There are multiple customization options to allow for improved graphing. One is the organization of the labels. You are able to represent the sequence with both amino acid residues and their location in the sequence, but you can choose one or the other (or neither). This is specified by the ‘labelType’ argument
sequenceMap(
sequence = tendencyDF$AA,
property = tendencyDF$Tendency,
labelType = "AA") #Only AA residue Labels
sequenceMap(
sequence = tendencyDF$AA,
property = tendencyDF$Tendency,
labelType = "number") #Only residue numner labels
There is also the option of where to plot the labels. either “on” or “below” the sequence graphic. This is done with the “labelLocation” argument.
sequenceMap(
sequence = tendencyDF$AA,
property = tendencyDF$Tendency,
labelType = "number",
labelLocation = "on") #Residue numbers printed on the sequence graphic
sequenceMap(
sequence = tendencyDF$AA,
property = tendencyDF$Tendency,
labelType = "number",
labelLocation = "below") #Residue numbers printed below the sequence graphic
The text can also be rotated, via the ‘rotationAngle’ argument, for ease of reading.

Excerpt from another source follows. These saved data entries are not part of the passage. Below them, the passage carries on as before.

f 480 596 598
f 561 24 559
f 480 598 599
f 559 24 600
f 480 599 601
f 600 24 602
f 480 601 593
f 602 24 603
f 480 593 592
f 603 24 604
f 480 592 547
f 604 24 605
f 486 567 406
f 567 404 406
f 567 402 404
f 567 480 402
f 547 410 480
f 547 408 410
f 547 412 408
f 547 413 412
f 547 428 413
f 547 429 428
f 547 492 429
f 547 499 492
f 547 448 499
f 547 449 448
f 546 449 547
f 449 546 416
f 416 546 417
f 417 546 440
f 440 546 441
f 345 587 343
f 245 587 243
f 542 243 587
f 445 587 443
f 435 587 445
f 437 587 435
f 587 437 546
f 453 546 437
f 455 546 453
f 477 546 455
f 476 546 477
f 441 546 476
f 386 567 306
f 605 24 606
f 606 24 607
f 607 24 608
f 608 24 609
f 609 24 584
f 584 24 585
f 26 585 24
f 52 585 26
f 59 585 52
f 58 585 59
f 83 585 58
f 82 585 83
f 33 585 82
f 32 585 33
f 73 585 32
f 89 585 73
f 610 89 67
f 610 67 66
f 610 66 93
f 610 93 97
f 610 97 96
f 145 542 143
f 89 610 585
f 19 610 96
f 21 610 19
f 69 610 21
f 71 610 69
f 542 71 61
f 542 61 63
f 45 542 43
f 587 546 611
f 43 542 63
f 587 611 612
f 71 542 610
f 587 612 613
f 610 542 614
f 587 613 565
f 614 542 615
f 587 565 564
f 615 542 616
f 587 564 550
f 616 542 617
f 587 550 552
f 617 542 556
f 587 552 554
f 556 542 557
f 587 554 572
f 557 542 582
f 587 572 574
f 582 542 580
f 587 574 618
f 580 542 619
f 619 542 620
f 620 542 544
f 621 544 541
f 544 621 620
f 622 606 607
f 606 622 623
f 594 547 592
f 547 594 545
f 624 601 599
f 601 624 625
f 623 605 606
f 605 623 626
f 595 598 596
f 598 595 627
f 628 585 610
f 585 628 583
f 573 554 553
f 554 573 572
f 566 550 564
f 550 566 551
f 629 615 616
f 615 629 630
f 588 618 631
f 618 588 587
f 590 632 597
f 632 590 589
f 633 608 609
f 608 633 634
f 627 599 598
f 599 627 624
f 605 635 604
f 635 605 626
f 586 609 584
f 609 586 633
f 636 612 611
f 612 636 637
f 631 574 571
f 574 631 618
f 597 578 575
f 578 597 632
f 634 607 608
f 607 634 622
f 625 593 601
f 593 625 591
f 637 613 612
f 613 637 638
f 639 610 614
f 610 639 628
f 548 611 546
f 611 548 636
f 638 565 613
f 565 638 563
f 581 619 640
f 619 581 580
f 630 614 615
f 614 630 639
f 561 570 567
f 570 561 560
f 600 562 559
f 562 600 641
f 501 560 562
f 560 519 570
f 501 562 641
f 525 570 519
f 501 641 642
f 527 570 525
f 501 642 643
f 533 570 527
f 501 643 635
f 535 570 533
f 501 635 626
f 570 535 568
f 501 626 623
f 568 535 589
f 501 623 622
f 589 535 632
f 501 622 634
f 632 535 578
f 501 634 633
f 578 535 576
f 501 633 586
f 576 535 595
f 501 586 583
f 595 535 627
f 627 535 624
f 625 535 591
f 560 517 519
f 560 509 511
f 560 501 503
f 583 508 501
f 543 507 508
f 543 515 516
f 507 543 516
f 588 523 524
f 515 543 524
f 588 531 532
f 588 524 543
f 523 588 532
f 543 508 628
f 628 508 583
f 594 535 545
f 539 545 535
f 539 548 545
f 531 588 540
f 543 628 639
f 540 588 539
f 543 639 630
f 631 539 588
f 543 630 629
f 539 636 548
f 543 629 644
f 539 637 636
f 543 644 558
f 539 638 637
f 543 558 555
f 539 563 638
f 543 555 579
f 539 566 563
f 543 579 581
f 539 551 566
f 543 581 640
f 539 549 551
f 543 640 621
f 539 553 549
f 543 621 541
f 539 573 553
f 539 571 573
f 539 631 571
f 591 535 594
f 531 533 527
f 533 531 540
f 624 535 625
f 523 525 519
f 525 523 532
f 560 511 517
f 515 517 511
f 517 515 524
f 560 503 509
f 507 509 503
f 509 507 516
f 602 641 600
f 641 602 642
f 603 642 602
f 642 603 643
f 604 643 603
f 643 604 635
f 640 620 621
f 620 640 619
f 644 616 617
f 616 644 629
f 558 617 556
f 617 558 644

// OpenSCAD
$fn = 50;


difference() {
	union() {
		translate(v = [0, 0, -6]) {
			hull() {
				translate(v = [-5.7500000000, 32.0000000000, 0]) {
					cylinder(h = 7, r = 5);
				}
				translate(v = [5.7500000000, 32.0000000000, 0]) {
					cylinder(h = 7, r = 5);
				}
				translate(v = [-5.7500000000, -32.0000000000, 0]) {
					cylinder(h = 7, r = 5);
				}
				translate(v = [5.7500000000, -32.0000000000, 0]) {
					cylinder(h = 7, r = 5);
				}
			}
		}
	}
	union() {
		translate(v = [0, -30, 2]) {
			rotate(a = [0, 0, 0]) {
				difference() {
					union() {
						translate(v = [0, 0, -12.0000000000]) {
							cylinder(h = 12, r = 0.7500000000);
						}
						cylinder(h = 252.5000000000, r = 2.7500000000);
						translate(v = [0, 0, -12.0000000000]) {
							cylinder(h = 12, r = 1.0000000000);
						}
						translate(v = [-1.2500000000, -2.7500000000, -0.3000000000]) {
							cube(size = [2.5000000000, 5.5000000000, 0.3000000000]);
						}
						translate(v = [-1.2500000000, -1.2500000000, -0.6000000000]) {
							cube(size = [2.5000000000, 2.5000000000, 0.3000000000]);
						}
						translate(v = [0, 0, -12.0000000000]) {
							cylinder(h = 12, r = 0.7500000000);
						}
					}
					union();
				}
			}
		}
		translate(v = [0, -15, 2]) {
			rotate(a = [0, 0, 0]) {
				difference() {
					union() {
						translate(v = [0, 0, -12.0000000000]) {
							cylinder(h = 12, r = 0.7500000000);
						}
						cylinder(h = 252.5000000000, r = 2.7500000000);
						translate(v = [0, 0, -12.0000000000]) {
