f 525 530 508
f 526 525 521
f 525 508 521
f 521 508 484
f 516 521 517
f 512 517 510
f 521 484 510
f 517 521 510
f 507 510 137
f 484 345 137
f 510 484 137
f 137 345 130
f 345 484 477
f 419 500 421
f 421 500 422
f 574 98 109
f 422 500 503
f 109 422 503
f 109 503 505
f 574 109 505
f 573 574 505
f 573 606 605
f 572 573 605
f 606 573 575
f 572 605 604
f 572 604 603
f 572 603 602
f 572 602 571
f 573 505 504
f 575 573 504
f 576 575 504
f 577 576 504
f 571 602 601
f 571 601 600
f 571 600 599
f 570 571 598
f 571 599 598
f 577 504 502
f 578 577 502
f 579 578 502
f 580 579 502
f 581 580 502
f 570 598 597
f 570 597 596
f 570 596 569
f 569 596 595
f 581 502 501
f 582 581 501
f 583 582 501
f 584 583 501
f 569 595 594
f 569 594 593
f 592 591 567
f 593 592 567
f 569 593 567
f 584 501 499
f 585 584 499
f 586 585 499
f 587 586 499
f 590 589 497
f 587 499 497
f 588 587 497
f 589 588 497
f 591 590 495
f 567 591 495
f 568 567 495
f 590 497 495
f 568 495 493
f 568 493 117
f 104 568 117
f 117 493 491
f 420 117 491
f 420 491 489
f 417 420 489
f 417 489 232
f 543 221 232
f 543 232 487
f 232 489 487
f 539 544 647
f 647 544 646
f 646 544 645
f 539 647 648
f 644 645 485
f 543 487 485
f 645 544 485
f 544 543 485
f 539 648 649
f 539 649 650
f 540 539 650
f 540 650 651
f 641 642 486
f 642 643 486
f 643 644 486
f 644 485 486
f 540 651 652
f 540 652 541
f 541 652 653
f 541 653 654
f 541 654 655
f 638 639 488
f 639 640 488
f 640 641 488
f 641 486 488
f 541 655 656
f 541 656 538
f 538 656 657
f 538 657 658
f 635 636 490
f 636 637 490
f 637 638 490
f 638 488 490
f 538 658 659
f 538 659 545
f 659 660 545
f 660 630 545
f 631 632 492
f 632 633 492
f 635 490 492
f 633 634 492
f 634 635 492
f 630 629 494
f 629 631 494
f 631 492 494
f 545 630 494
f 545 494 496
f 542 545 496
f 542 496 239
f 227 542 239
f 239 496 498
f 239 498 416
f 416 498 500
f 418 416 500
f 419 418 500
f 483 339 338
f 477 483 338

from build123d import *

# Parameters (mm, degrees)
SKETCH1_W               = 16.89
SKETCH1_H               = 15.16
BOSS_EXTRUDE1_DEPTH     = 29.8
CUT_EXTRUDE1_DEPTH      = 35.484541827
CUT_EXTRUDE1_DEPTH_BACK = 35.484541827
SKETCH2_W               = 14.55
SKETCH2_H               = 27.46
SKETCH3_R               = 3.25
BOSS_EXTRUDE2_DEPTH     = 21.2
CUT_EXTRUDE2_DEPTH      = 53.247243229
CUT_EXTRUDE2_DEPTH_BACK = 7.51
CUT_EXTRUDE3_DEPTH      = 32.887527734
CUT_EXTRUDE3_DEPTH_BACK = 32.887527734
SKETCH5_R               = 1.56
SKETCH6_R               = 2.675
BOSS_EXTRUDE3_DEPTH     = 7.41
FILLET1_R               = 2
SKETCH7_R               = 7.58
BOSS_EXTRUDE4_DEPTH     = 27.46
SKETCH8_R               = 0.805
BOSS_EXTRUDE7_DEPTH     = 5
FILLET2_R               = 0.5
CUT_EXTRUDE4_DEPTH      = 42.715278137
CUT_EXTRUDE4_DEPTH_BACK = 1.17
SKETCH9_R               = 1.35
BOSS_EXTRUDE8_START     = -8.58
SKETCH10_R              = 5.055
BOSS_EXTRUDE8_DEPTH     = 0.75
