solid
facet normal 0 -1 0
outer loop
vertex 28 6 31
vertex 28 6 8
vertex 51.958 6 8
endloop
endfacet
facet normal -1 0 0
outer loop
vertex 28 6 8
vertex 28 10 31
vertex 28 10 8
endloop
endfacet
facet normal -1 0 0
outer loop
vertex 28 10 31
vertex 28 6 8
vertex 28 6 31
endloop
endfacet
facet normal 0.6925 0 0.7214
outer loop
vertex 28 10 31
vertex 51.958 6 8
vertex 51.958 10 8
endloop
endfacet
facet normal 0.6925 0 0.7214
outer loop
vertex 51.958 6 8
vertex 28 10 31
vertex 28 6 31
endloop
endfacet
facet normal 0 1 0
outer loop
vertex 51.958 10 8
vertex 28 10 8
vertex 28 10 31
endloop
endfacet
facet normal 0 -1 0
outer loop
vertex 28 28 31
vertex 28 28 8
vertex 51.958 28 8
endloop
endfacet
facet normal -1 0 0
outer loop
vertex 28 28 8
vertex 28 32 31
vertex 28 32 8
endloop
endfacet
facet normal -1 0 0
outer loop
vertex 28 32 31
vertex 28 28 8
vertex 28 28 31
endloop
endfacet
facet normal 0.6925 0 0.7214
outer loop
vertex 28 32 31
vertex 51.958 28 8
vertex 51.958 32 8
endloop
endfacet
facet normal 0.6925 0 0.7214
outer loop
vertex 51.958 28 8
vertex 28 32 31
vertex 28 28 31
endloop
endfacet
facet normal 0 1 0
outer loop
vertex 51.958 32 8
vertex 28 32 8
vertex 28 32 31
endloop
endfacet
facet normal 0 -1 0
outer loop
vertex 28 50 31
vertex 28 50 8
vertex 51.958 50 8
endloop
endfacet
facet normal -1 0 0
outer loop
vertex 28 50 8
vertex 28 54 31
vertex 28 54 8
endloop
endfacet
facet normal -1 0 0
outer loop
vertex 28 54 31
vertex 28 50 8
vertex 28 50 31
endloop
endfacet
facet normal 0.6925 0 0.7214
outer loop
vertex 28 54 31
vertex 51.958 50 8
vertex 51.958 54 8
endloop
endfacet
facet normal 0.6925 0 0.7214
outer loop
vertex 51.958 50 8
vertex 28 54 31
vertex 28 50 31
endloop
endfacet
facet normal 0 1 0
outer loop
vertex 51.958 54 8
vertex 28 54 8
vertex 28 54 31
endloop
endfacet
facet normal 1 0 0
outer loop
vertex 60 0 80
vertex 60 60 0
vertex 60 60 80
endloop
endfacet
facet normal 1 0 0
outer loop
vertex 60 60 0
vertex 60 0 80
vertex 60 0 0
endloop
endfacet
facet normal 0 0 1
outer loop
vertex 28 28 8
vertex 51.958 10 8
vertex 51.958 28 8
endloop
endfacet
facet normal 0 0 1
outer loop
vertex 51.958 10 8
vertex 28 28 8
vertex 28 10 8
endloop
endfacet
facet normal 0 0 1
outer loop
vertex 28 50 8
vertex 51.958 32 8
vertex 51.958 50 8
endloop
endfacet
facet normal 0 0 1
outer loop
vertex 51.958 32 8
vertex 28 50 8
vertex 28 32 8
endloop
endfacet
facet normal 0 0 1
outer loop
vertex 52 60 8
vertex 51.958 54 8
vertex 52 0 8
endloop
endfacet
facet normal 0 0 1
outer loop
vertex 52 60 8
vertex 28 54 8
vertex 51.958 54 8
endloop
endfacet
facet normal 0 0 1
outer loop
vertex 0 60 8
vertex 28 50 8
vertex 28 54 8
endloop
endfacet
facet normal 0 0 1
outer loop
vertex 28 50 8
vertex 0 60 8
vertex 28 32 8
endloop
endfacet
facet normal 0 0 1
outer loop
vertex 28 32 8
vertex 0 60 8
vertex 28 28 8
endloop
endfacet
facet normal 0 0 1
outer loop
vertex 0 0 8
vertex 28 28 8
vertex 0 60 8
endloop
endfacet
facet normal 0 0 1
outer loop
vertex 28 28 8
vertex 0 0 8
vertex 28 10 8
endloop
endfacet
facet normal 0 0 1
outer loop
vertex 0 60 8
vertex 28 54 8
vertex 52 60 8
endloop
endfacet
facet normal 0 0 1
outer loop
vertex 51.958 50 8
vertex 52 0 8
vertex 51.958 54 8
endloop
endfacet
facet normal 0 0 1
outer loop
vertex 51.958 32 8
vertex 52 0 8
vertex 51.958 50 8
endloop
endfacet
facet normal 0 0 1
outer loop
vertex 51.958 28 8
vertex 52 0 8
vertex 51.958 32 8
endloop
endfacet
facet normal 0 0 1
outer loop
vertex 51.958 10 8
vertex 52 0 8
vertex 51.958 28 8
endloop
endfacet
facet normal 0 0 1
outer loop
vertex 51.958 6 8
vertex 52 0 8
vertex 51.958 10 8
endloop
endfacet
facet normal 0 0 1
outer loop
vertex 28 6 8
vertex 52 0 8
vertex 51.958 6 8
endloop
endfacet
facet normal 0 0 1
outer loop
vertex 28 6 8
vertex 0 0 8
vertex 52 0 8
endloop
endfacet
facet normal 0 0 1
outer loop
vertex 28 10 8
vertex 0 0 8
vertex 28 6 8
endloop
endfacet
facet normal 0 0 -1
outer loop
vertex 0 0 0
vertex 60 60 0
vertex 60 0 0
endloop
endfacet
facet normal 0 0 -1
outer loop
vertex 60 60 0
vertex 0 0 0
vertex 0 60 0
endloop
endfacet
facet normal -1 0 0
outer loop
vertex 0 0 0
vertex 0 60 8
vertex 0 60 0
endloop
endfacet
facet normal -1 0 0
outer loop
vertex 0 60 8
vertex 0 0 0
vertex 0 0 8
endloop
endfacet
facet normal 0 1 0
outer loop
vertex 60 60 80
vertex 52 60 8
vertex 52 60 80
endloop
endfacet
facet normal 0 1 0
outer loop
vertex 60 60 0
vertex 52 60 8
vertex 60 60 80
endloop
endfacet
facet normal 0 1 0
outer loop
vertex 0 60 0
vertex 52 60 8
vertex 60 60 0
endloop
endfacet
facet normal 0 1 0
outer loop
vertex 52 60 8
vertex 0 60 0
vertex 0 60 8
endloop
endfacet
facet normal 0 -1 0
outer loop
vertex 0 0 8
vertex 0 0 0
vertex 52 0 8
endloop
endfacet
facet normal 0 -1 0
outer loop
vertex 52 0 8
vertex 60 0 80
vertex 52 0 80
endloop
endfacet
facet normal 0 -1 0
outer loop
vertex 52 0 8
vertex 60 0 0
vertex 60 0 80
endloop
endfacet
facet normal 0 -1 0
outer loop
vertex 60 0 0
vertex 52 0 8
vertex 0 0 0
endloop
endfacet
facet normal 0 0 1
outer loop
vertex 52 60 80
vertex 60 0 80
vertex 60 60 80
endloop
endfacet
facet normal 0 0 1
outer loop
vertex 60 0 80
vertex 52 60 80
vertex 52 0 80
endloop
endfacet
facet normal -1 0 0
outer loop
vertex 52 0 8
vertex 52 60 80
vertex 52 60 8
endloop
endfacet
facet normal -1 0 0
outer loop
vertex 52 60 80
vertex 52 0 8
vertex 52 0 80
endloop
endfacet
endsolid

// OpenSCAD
$fn = 32;

// ----------------------------------------------------------------------
// Rib bracket: 3-gusset L bracket
// ----------------------------------------------------------------------

// --- parameters (mm) ---
base_l = 60;              // foot length, X
base_w = 60;              // foot width, Y
base_t = 8;               // foot thickness
plate_t = 8;              // upright plate thickness
plate_h = 80;             // overall height
gus_l = 24;               // gusset leg along the foot
gus_h = 24;               // gusset height
gus_t = 4;                // gusset thickness
gus_edge = 6;             // gusset margin from the foot edge
n_gus = 3;                // gusset count

gus_pitch = (base_w - 2 * gus_edge - gus_t) / (n_gus - 1);  // gusset pitch

union() {
  cube([base_l, base_w, base_t]);
  translate([base_l - plate_t, 0, base_t - 1])
    cube([plate_t, base_w, plate_h - base_t + 1]);
  for (i = [0 : n_gus - 1])
    translate([base_l - plate_t - gus_l, gus_edge + i * gus_pitch, base_t - 1])
      rotate([-90, 0, 0])
        linear_extrude(height = gus_t)
          polygon(points = [[0, 0], [gus_l + 1, 0], [0, -gus_h]]);
}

This is especially helpful for larger sequences with dense graphics.
sequenceMap(
sequence = tendencyDF$AA,
property = tendencyDF$Tendency,
labelType = "number",
labelLocation = "on",
rotationAngle = 90)
Also to avoid an overwhelming visual, you can specify the pattern of labels with everyN. This number selects every Nth residue to be printed. everyN = 1 every residue is printed. everyN = 10 every 10th residue is printed.
sequenceMap(
sequence = tendencyDF$AA,
property = tendencyDF$Tendency,
labelType = "number",
labelLocation = "on",
everyN = 1) #Every residue
sequenceMap(
sequence = tendencyDF$AA,
property = tendencyDF$Tendency,
labelType = "number",
labelLocation = "on",
everyN = 2) #Every 2nd (or every other)
sequenceMap(
sequence = tendencyDF$AA,
property = tendencyDF$Tendency,
labelType = "number",
labelLocation = "on",
everyN = 10) #Every 10th residue is printed
You can also change the number of residues on each line with nbResidues. This helps improve visualization based on the sequence size. Visualizing a larger sequence will likely benefit from a larger nbResidues value.